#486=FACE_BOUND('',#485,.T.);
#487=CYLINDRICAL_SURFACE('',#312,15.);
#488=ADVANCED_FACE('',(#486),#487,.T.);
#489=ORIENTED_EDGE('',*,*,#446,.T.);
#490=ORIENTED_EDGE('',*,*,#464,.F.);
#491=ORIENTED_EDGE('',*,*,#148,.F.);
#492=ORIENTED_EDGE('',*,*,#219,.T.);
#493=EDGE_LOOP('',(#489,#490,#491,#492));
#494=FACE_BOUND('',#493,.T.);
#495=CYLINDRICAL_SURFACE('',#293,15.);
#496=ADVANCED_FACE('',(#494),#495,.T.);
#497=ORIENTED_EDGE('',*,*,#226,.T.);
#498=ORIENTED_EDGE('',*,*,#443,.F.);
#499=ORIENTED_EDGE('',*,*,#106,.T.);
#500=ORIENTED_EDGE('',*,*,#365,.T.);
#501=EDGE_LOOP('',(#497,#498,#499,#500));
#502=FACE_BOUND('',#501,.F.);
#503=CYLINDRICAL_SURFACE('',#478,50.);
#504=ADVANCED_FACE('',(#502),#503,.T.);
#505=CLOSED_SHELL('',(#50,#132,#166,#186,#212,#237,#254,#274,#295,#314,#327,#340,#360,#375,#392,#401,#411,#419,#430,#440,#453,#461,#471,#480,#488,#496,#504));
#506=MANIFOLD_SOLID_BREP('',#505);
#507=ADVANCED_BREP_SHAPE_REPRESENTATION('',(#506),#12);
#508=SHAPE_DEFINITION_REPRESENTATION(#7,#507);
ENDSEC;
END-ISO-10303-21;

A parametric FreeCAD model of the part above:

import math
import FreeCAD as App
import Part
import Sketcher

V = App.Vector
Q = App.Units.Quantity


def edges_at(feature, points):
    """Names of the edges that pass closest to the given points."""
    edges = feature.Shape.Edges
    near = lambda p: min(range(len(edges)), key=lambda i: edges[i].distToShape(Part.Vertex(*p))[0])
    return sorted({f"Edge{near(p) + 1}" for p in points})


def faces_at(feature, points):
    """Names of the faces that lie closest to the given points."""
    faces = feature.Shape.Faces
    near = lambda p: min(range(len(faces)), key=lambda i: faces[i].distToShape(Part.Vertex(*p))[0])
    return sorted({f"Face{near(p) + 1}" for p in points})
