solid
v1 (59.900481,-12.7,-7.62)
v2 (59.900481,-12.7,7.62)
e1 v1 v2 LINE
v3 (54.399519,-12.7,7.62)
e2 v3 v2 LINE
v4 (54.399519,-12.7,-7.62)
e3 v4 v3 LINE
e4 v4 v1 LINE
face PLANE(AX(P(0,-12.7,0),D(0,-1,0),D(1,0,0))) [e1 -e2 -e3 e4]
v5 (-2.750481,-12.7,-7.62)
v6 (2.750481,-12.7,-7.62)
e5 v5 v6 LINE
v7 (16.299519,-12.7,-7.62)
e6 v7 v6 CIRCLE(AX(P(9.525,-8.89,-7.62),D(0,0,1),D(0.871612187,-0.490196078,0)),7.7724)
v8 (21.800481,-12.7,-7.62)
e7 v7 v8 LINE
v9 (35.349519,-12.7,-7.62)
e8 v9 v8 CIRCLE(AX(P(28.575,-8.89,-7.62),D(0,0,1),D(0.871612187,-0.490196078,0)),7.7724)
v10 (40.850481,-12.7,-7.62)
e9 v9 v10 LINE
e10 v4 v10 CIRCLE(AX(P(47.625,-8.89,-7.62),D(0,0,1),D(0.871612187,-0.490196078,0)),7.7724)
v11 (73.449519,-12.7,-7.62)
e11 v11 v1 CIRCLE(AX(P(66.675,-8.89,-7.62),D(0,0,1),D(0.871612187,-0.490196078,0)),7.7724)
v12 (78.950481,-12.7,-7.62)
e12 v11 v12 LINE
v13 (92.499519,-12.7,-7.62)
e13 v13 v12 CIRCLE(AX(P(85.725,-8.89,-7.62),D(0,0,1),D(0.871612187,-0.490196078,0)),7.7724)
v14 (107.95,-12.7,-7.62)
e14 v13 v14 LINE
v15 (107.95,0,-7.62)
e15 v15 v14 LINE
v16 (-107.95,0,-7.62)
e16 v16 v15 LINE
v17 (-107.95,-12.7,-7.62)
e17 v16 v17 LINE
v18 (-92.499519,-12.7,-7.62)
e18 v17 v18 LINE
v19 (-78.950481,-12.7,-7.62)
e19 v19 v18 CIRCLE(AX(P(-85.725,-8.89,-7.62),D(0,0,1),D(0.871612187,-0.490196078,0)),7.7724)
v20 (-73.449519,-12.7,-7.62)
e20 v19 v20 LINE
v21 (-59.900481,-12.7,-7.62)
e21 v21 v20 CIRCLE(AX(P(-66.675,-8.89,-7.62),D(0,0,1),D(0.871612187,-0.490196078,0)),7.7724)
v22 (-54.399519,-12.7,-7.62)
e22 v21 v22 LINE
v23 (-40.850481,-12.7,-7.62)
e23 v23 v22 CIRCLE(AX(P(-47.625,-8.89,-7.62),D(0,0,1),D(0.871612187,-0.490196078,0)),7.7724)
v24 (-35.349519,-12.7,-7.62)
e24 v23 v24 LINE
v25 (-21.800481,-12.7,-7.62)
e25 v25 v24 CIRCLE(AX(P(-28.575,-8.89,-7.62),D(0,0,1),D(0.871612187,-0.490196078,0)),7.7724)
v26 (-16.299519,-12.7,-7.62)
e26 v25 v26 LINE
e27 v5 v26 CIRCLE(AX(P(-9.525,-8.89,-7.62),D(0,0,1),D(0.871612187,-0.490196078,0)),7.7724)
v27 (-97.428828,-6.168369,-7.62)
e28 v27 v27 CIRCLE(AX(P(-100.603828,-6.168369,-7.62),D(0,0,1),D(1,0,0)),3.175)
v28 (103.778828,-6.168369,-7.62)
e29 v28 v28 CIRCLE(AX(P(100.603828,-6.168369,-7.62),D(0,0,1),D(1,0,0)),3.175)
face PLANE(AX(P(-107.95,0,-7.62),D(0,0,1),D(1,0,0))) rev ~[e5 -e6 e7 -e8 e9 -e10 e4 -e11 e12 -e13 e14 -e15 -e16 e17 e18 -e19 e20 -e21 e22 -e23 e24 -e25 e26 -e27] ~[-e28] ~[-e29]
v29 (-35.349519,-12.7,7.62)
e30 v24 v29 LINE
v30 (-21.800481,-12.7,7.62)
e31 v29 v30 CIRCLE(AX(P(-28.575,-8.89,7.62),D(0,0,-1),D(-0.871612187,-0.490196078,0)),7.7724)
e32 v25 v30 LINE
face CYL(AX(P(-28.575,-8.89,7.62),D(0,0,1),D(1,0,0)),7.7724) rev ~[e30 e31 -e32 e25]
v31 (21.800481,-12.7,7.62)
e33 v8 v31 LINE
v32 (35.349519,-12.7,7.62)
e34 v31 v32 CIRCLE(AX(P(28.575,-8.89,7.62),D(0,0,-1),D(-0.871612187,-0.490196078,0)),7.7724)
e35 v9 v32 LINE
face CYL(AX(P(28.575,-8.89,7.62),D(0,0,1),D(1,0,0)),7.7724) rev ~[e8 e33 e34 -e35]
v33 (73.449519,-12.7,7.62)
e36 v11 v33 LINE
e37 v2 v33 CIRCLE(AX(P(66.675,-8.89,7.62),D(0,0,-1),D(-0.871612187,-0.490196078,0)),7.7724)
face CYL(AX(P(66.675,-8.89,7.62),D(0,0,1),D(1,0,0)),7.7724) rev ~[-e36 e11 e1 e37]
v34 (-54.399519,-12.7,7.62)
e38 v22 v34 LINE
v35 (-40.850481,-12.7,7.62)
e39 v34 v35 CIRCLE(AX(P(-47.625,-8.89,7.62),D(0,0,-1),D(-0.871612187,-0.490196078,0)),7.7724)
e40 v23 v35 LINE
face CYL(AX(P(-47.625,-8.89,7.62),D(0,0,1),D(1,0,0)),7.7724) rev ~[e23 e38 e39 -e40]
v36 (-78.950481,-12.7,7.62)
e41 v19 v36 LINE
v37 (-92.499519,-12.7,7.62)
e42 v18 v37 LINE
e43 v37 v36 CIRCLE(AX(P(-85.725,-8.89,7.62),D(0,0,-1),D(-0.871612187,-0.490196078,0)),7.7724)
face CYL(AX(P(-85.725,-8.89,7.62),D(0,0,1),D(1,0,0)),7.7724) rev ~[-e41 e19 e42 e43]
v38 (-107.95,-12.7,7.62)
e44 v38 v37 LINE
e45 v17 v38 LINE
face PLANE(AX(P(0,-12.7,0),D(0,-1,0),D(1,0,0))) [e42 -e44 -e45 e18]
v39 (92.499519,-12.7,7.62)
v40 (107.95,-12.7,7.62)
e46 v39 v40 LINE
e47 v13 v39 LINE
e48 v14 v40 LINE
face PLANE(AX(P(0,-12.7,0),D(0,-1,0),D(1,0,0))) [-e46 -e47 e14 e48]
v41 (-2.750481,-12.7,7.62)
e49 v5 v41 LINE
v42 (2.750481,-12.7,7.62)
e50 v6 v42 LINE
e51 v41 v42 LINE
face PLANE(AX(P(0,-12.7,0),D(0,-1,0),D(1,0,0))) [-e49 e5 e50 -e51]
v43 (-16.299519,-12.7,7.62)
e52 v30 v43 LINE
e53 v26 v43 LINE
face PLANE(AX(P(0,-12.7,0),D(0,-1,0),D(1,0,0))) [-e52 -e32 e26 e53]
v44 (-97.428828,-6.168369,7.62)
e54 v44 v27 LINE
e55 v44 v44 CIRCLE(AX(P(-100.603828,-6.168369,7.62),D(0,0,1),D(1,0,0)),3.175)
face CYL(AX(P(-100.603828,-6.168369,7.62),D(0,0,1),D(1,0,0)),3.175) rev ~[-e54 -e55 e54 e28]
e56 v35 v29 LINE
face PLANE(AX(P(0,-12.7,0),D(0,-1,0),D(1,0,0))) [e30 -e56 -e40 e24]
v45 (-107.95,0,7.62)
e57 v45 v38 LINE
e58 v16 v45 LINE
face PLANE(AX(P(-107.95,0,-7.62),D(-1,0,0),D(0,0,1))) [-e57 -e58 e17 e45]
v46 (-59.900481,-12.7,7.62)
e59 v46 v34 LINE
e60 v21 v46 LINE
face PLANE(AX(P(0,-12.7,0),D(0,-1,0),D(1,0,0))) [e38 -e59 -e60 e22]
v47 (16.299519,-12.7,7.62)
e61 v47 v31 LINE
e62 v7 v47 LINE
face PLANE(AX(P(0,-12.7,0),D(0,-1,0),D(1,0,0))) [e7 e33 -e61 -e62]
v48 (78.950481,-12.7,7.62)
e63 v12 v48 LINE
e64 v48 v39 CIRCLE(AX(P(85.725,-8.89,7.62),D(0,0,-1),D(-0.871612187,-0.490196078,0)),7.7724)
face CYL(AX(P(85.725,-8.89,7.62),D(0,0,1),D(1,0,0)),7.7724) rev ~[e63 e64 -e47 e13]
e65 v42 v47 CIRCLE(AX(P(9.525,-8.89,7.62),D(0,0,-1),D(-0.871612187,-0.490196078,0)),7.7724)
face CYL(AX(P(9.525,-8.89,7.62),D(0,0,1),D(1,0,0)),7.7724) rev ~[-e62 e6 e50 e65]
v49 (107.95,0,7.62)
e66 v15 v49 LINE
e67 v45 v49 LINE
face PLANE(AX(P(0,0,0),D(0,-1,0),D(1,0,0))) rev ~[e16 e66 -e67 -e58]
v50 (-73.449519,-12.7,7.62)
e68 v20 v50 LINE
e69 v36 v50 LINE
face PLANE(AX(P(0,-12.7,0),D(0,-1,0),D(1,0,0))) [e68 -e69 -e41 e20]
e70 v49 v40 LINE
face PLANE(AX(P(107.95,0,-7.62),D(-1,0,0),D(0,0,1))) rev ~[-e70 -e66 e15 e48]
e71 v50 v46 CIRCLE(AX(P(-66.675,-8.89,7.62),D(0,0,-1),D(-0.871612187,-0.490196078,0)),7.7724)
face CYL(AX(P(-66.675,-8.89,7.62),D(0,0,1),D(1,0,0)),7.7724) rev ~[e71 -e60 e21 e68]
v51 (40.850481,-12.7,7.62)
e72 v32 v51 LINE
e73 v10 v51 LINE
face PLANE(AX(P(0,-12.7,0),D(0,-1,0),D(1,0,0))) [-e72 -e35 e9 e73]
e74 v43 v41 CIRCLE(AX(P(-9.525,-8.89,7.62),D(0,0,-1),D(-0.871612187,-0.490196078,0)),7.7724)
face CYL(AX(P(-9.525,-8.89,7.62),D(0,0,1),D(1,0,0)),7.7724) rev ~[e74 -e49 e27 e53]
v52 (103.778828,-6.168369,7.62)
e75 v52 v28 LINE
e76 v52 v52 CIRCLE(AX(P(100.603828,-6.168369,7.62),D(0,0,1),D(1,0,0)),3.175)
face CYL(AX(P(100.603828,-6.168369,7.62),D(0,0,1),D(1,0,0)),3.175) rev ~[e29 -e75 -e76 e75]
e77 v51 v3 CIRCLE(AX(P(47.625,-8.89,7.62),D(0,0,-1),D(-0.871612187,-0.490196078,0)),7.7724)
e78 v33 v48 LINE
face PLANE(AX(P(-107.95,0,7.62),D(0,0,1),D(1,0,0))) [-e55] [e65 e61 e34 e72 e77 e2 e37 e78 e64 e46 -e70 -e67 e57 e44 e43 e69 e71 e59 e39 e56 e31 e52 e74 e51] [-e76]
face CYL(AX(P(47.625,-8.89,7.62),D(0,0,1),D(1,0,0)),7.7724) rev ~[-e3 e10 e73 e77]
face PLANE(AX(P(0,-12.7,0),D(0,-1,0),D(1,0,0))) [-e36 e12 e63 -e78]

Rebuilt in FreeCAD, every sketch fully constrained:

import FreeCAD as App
import Part
import Sketcher

V = App.Vector
Q = App.Units.Quantity


def add_polygon(sketch, points):
    """Adds a closed chain of lines whose ends are joined by coincident constraints."""
    first, n = sketch.GeometryCount, len(points)
    for a, b in zip(points, points[1:] + points[:1]):
        sketch.addGeometry(Part.LineSegment(App.Vector(*a, 0), App.Vector(*b, 0)), False)
    for i in range(n):
        sketch.addConstraint(Sketcher.Constraint("Coincident", first + i, 2, first + (i + 1) % n, 1))

doc = App.newDocument("Part")
body = doc.addObject("PartDesign::Body", "Body")

# Sketch on XZ plane
sketch1 = body.newObject("Sketcher::SketchObject", "Sketch")
sketch1.AttachmentSupport = (doc.getObject("XZ_Plane"), [""])
sketch1.MapMode = "FlatFace"
add_polygon(sketch1, [(-108, 8), (-108, -8), (108, -8), (108, 8)])  # lines 0-3
sketch1.addConstraint([
    Sketcher.Constraint("Vertical", 0),
    Sketcher.Constraint("Horizontal", 1),
    Sketcher.Constraint("Vertical", 2),
    Sketcher.Constraint("Horizontal", 3),
    Sketcher.Constraint("Symmetric", 0, 2, 2, 2, -1, 1),
    Sketcher.Constraint("DistanceX", 1, 1, 1, 2, Q("8.5 in")),
    Sketcher.Constraint("DistanceY", 0, 2, 0, 1, Q("0.6 in")),
])
pad1 = body.newObject("PartDesign::Pad", "Pad")
pad1.Profile = sketch1
pad1.Length = Q("0.5 in")

# Sketch on XY plane
sketch2 = body.newObject("Sketcher::SketchObject", "Sketch001")
sketch2.AttachmentSupport = (doc.getObject("XY_Plane"), [""])
sketch2.MapMode = "FlatFace"
sketch2.AttachmentOffset = App.Placement(V(0, 0, 0.3 * 25.4), App.Rotation())
sketch2.addGeometry([
    Part.Circle(V(-86, -9, 0), V(0, 0, 1), 8),  # 0
    Part.Circle(V(-67, -9, 0), V(0, 0, 1), 8),  # 1
    Part.Circle(V(-48, -9, 0), V(0, 0, 1), 8),  # 2
    Part.Circle(V(-29, -9, 0), V(0, 0, 1), 8),  # 3
    Part.Circle(V(-10, -9, 0), V(0, 0, 1), 8),  # 4
    Part.Circle(V(10, -9, 0), V(0, 0, 1), 8),  # 5
    Part.Circle(V(29, -9, 0), V(0, 0, 1), 8),  # 6
    Part.Circle(V(48, -9, 0), V(0, 0, 1), 8),  # 7
    Part.Circle(V(67, -9, 0), V(0, 0, 1), 8),  # 8
    Part.Circle(V(86, -9, 0), V(0, 0, 1), 8),  # 9
], False)
sketch2.addConstraint([
    Sketcher.Constraint("Equal", 0, 1),
    Sketcher.Constraint("Equal", 1, 2),
    Sketcher.Constraint("Equal", 2, 3),
    Sketcher.Constraint("Equal", 3, 4),
    Sketcher.Constraint("Equal", 4, 5),
    Sketcher.Constraint("Equal", 5, 6),
    Sketcher.Constraint("Equal", 6, 7),
    Sketcher.Constraint("Equal", 7, 8),
    Sketcher.Constraint("Equal", 8, 9),
    Sketcher.Constraint("Symmetric", 4, 3, 5, 3, -2),
    Sketcher.Constraint("Symmetric", 3, 3, 6, 3, -2),
    Sketcher.Constraint("Symmetric", 2, 3, 7, 3, -2),
    Sketcher.Constraint("Symmetric", 1, 3, 8, 3, -2),
    Sketcher.Constraint("Symmetric", 0, 3, 9, 3, -2),
    Sketcher.Constraint("Horizontal", 0, 3, 1, 3),
    Sketcher.Constraint("Horizontal", 1, 3, 2, 3),
    Sketcher.Constraint("Horizontal", 2, 3, 3, 3),
    Sketcher.Constraint("Horizontal", 3, 3, 4, 3),
    Sketcher.Constraint("Diameter", 0, Q("0.612 in")),
    Sketcher.Constraint("DistanceX", 0, 3, 4, 3, Q("3 in")),
    Sketcher.Constraint("DistanceX", 1, 3, 5, 3, Q("3 in")),
    Sketcher.Constraint("DistanceX", 2, 3, 6, 3, Q("3 in")),
    Sketcher.Constraint("DistanceX", 0, 3, 2, 3, Q("1.5 in")),
    Sketcher.Constraint("DistanceY", 0, 3, -1, 1, Q("0.35 in")),
    Sketcher.Constraint("DistanceX", 0, 3, 1, 3, Q("0.75 in")),
])
pocket1 = body.newObject("PartDesign::Pocket", "Pocket")
pocket1.Profile = sketch2
pocket1.Length = Q("0.6 in")

# Sketch on XY plane
sketch3 = body.newObject("Sketcher::SketchObject", "Sketch002")
sketch3.AttachmentSupport = (doc.getObject("XY_Plane"), [""])
sketch3.MapMode = "FlatFace"
sketch3.AttachmentOffset = App.Placement(V(0, 0, 0.3 * 25.4), App.Rotation())
sketch3.addGeometry([
    Part.Circle(V(-100.6, -6.2, 0), V(0, 0, 1), 3.2),
    Part.Circle(V(100.6, -6.2, 0), V(0, 0, 1), 3.2),
], False)
sketch3.addConstraint([
    Sketcher.Constraint("Equal", 0, 1),
    Sketcher.Constraint("Symmetric", 0, 3, 1, 3, -2),
    Sketcher.Constraint("Diameter", 0, Q("0.25 in")),
    Sketcher.Constraint("DistanceY", 0, 3, -1, 1, 6.168369),
    Sketcher.Constraint("DistanceX", 0, 3, -1, 1, 100.603828),
])
pocket2 = body.newObject("PartDesign::Pocket", "Pocket001")
pocket2.Profile = sketch3
pocket2.Type = "ThroughAll"

doc.recompute()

____________________

THE TASK: From the records above, quote only the lines running from the line with "e58 v16 v45 LINE" to the line with "e78 v33 v48 LINE", both lines included.

SOLVED PROBLEM:
e58 v16 v45 LINE
face PLANE(AX(P(-107.95,0,-7.62),D(-1,0,0),D(0,0,1))) [-e57 -e58 e17 e45]
v46 (-59.900481,-12.7,7.62)
e59 v46 v34 LINE
e60 v21 v46 LINE
face PLANE(AX(P(0,-12.7,0),D(0,-1,0),D(1,0,0))) [e38 -e59 -e60 e22]
v47 (16.299519,-12.7,7.62)
e61 v47 v31 LINE
e62 v7 v47 LINE
face PLANE(AX(P(0,-12.7,0),D(0,-1,0),D(1,0,0))) [e7 e33 -e61 -e62]
v48 (78.950481,-12.7,7.62)
e63 v12 v48 LINE
e64 v48 v39 CIRCLE(AX(P(85.725,-8.89,7.62),D(0,0,-1),D(-0.871612187,-0.490196078,0)),7.7724)
face CYL(AX(P(85.725,-8.89,7.62),D(0,0,1),D(1,0,0)),7.7724) rev ~[e63 e64 -e47 e13]
e65 v42 v47 CIRCLE(AX(P(9.525,-8.89,7.62),D(0,0,-1),D(-0.871612187,-0.490196078,0)),7.7724)
face CYL(AX(P(9.525,-8.89,7.62),D(0,0,1),D(1,0,0)),7.7724) rev ~[-e62 e6 e50 e65]
v49 (107.95,0,7.62)
e66 v15 v49 LINE
e67 v45 v49 LINE
face PLANE(AX(P(0,0,0),D(0,-1,0),D(1,0,0))) rev ~[e16 e66 -e67 -e58]
v50 (-73.449519,-12.7,7.62)
e68 v20 v50 LINE
e69 v36 v50 LINE
face PLANE(AX(P(0,-12.7,0),D(0,-1,0),D(1,0,0))) [e68 -e69 -e41 e20]
e70 v49 v40 LINE
face PLANE(AX(P(107.95,0,-7.62),D(-1,0,0),D(0,0,1))) rev ~[-e70 -e66 e15 e48]
e71 v50 v46 CIRCLE(AX(P(-66.675,-8.89,7.62),D(0,0,-1),D(-0.871612187,-0.490196078,0)),7.7724)
face CYL(AX(P(-66.675,-8.89,7.62),D(0,0,1),D(1,0,0)),7.7724) rev ~[e71 -e60 e21 e68]
v51 (40.850481,-12.7,7.62)
e72 v32 v51 LINE
e73 v10 v51 LINE
face PLANE(AX(P(0,-12.7,0),D(0,-1,0),D(1,0,0))) [-e72 -e35 e9 e73]
e74 v43 v41 CIRCLE(AX(P(-9.525,-8.89,7.62),D(0,0,-1),D(-0.871612187,-0.490196078,0)),7.7724)
face CYL(AX(P(-9.525,-8.89,7.62),D(0,0,1),D(1,0,0)),7.7724) rev ~[e74 -e49 e27 e53]
v52 (103.778828,-6.168369,7.62)
e75 v52 v28 LINE
e76 v52 v52 CIRCLE(AX(P(100.603828,-6.168369,7.62),D(0,0,1),D(1,0,0)),3.175)
face CYL(AX(P(100.603828,-6.168369,7.62),D(0,0,1),D(1,0,0)),3.175) rev ~[e29 -e75 -e76 e75]
e77 v51 v3 CIRCLE(AX(P(47.625,-8.89,7.62),D(0,0,-1),D(-0.871612187,-0.490196078,0)),7.7724)
e78 v33 v48 LINE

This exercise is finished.